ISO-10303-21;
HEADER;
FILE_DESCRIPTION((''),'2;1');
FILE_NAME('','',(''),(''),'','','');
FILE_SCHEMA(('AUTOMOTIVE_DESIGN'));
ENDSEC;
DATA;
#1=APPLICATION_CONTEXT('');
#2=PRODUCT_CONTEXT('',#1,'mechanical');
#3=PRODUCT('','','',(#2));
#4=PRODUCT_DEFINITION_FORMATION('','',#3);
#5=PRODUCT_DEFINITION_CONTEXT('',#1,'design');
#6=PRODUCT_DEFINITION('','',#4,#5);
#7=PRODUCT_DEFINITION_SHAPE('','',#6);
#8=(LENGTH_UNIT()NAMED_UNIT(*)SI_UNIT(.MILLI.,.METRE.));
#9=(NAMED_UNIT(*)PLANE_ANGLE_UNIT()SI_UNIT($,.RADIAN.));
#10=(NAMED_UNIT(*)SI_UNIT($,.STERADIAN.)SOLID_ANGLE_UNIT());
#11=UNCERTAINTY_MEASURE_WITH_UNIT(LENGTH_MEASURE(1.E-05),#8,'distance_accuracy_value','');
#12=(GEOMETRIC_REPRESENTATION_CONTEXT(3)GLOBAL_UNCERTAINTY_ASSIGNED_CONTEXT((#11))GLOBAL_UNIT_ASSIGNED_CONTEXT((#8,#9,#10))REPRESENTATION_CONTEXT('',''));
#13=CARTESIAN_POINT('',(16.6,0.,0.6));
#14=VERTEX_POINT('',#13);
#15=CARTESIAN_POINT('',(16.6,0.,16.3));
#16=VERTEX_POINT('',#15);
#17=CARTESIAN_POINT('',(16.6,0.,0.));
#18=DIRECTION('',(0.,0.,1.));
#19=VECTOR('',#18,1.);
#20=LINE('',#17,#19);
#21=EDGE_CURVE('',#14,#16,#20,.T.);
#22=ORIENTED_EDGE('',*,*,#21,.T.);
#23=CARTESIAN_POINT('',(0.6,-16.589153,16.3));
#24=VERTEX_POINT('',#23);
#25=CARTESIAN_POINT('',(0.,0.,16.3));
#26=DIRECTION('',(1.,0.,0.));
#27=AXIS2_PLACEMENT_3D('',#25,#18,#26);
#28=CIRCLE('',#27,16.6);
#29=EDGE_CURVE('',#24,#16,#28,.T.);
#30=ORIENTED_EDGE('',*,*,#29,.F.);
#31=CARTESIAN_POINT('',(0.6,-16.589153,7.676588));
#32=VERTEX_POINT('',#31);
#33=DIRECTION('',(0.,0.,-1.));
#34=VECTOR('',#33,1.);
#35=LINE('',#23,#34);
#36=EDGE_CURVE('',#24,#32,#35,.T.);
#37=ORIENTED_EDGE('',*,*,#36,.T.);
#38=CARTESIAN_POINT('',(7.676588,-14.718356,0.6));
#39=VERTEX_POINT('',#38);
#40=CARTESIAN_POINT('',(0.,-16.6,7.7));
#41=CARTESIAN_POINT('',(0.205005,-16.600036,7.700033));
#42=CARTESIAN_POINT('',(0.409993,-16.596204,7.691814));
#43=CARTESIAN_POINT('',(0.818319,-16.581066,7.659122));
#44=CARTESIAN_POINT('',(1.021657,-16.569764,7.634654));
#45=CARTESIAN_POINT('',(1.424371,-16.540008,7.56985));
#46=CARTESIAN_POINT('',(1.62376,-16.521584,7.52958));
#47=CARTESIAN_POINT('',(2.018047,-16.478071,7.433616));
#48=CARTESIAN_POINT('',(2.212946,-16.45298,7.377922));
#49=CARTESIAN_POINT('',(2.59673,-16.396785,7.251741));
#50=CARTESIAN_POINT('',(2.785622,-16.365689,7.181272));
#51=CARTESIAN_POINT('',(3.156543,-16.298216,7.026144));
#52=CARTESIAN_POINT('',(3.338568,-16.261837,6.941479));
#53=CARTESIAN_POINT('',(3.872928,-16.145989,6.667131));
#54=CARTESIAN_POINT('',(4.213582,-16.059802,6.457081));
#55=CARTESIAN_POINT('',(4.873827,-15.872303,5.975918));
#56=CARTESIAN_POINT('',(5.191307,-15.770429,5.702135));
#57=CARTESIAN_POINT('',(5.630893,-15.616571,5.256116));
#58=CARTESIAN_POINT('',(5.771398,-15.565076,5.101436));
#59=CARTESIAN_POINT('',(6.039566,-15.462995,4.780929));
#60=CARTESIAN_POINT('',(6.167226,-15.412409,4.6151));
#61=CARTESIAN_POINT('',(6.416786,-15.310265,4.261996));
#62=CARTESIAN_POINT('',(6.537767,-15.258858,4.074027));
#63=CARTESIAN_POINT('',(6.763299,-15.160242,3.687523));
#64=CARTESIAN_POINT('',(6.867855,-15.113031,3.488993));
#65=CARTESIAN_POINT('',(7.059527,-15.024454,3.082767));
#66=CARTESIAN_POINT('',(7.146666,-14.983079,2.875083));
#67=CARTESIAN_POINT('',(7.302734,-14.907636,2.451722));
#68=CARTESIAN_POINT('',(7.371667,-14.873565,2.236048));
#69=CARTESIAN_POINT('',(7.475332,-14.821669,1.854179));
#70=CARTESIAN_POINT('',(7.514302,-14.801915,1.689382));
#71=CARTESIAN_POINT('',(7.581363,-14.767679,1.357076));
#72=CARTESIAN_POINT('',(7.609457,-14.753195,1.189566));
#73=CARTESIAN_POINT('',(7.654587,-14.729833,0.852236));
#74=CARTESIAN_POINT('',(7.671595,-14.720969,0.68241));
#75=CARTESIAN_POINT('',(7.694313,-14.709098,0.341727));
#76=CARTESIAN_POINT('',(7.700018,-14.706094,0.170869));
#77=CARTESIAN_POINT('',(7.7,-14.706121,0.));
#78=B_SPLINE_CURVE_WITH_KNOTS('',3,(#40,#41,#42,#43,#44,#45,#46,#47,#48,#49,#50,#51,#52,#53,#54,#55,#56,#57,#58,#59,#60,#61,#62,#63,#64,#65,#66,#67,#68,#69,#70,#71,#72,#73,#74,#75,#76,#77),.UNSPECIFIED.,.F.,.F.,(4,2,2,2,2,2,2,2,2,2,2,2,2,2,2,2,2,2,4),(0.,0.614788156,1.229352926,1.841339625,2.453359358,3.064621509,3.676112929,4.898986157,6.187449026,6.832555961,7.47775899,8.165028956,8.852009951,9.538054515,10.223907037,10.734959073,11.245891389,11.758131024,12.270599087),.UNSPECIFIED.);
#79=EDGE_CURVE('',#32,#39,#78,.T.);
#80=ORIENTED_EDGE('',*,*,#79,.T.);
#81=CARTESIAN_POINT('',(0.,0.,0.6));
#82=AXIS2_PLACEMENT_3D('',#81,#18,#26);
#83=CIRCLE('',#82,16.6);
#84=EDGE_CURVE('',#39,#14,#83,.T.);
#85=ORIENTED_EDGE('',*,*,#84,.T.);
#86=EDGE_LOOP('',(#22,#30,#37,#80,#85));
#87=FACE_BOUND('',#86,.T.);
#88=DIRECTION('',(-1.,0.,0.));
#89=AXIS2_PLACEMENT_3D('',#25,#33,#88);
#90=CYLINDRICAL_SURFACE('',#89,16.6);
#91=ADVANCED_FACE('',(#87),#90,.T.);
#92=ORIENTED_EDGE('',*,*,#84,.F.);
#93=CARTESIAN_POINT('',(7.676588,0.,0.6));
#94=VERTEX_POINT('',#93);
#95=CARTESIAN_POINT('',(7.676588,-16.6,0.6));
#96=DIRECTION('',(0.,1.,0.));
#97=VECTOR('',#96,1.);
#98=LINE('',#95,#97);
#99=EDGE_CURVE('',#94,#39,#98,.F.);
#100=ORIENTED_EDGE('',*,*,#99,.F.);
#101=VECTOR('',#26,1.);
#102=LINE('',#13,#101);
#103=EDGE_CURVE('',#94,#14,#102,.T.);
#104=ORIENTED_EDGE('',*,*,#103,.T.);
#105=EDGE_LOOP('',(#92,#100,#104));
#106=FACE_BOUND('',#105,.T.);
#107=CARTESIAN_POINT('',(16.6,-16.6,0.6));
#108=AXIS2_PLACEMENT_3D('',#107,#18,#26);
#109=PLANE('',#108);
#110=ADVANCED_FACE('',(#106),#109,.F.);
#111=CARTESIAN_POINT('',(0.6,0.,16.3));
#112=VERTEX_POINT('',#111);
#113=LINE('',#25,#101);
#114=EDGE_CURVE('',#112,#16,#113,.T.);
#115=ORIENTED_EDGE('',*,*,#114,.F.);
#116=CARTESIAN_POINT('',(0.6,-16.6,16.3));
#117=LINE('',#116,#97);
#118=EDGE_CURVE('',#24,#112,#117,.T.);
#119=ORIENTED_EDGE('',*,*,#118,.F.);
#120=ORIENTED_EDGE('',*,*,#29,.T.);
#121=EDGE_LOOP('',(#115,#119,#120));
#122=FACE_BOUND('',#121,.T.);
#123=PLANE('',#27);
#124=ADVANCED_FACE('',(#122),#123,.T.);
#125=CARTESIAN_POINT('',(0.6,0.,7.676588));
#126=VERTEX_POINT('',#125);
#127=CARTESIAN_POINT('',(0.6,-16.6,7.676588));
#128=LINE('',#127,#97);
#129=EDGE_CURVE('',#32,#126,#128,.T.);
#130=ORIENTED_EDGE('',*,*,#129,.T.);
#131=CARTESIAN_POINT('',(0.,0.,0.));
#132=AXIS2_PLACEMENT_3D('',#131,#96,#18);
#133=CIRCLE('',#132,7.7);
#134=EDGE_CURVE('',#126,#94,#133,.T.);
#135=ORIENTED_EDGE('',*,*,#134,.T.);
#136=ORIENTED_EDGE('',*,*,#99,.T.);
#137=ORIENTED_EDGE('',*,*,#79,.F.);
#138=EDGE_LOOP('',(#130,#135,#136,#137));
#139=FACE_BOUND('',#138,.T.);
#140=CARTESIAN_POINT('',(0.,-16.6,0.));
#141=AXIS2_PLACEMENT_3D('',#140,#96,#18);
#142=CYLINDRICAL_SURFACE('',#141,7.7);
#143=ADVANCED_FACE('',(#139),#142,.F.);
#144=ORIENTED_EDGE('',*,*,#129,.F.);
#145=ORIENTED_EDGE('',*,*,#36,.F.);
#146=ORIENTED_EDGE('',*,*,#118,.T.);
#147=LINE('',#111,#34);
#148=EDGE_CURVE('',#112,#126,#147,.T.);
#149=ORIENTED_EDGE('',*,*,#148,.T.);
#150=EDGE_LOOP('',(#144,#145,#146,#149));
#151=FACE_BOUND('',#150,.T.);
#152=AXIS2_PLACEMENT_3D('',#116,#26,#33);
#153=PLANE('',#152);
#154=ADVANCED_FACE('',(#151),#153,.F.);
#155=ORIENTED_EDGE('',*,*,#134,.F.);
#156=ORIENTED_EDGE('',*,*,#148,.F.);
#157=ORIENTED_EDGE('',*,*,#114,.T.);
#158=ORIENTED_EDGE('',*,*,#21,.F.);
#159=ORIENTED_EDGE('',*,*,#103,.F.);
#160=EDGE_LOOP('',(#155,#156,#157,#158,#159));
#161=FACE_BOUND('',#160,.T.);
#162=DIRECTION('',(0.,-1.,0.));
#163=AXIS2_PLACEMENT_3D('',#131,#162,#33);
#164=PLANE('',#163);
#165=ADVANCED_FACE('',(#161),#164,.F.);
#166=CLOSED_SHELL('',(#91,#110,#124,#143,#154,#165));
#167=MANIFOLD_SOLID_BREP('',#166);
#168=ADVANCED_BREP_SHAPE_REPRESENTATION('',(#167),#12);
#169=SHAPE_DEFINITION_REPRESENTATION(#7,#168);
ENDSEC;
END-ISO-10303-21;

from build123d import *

# Parameters (mm, degrees)
SKETCH1_R           = 16.6
BOSS_EXTRUDE1_DEPTH = 16.3
CUT_EXTRUDE1_DEPTH  = 29.579888033
SKETCH3_R           = 7.7
CUT_EXTRUDE2_DEPTH  = 29.579888033
SKETCH4_W           = 0.6
SKETCH4_H           = 9.511954595
SKETCH4_W_2         = 10.341543893
SKETCH4_H_2         = 0.6
CUT_EXTRUDE3_DEPTH  = 29.579888207


with BuildPart() as part:
    # Sketch1 → Boss-Extrude1 (new body)
    with BuildSketch(Plane.XY):
        Circle(SKETCH1_R)
    extrude(amount=BOSS_EXTRUDE1_DEPTH)

    # Sketch2 → Cut-Extrude1 (cut, through all)
    with BuildSketch(Plane.XY.offset(16.3)):
        with BuildLine():
            Line((0, 0), (16.6, 0))
            ThreePointArc((16.6, 0), (-11.737972568, 11.737972568), (0, -16.6))
            Line((0, -16.6), (0, 0))
        make_face()
    extrude(amount=-CUT_EXTRUDE1_DEPTH, mode=Mode.SUBTRACT)

    # Sketch3 → Cut-Extrude2 (cut, through all)
    with BuildSketch(Plane(origin=(0, 0, 0), x_dir=(1, 0, 0), z_dir=(0, 1, 0))):
        Circle(SKETCH3_R)
    extrude(amount=-CUT_EXTRUDE2_DEPTH, mode=Mode.SUBTRACT)

    # Sketch4 → Cut-Extrude3 (cut, through all)
    with BuildSketch(Plane(origin=(0, 0, 0), x_dir=(1, 0, 0), z_dir=(0, 1, 0))):
        with Locations((0.3, -11.544022703)):
            Rectangle(SKETCH4_W, SKETCH4_H)
        with Locations((11.429228054, -0.3)):
            Rectangle(SKETCH4_W_2, SKETCH4_H_2)
    extrude(amount=-CUT_EXTRUDE3_DEPTH, mode=Mode.SUBTRACT)


solid = part.part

══════════

WORK INSTRUCTIONS>
Print, from the entries above, the line with "#44=CARTESIAN_POINT('',(1.021657,-16.569764,7.634654));", the line with "#74=CARTESIAN_POINT('',(7.671595,-14.720969,0.68241));" and all lines between them, exactly and with nothing else.

SOLUTION TO THIS EXERCISE>
#44=CARTESIAN_POINT('',(1.021657,-16.569764,7.634654));
#45=CARTESIAN_POINT('',(1.424371,-16.540008,7.56985));
#46=CARTESIAN_POINT('',(1.62376,-16.521584,7.52958));
#47=CARTESIAN_POINT('',(2.018047,-16.478071,7.433616));
#48=CARTESIAN_POINT('',(2.212946,-16.45298,7.377922));
#49=CARTESIAN_POINT('',(2.59673,-16.396785,7.251741));
#50=CARTESIAN_POINT('',(2.785622,-16.365689,7.181272));
#51=CARTESIAN_POINT('',(3.156543,-16.298216,7.026144));
#52=CARTESIAN_POINT('',(3.338568,-16.261837,6.941479));
#53=CARTESIAN_POINT('',(3.872928,-16.145989,6.667131));
#54=CARTESIAN_POINT('',(4.213582,-16.059802,6.457081));
#55=CARTESIAN_POINT('',(4.873827,-15.872303,5.975918));
#56=CARTESIAN_POINT('',(5.191307,-15.770429,5.702135));
#57=CARTESIAN_POINT('',(5.630893,-15.616571,5.256116));
#58=CARTESIAN_POINT('',(5.771398,-15.565076,5.101436));
#59=CARTESIAN_POINT('',(6.039566,-15.462995,4.780929));
#60=CARTESIAN_POINT('',(6.167226,-15.412409,4.6151));
#61=CARTESIAN_POINT('',(6.416786,-15.310265,4.261996));
#62=CARTESIAN_POINT('',(6.537767,-15.258858,4.074027));
#63=CARTESIAN_POINT('',(6.763299,-15.160242,3.687523));
#64=CARTESIAN_POINT('',(6.867855,-15.113031,3.488993));
#65=CARTESIAN_POINT('',(7.059527,-15.024454,3.082767));
#66=CARTESIAN_POINT('',(7.146666,-14.983079,2.875083));
#67=CARTESIAN_POINT('',(7.302734,-14.907636,2.451722));
#68=CARTESIAN_POINT('',(7.371667,-14.873565,2.236048));
#69=CARTESIAN_POINT('',(7.475332,-14.821669,1.854179));
#70=CARTESIAN_POINT('',(7.514302,-14.801915,1.689382));
#71=CARTESIAN_POINT('',(7.581363,-14.767679,1.357076));
#72=CARTESIAN_POINT('',(7.609457,-14.753195,1.189566));
#73=CARTESIAN_POINT('',(7.654587,-14.729833,0.852236));
#74=CARTESIAN_POINT('',(7.671595,-14.720969,0.68241));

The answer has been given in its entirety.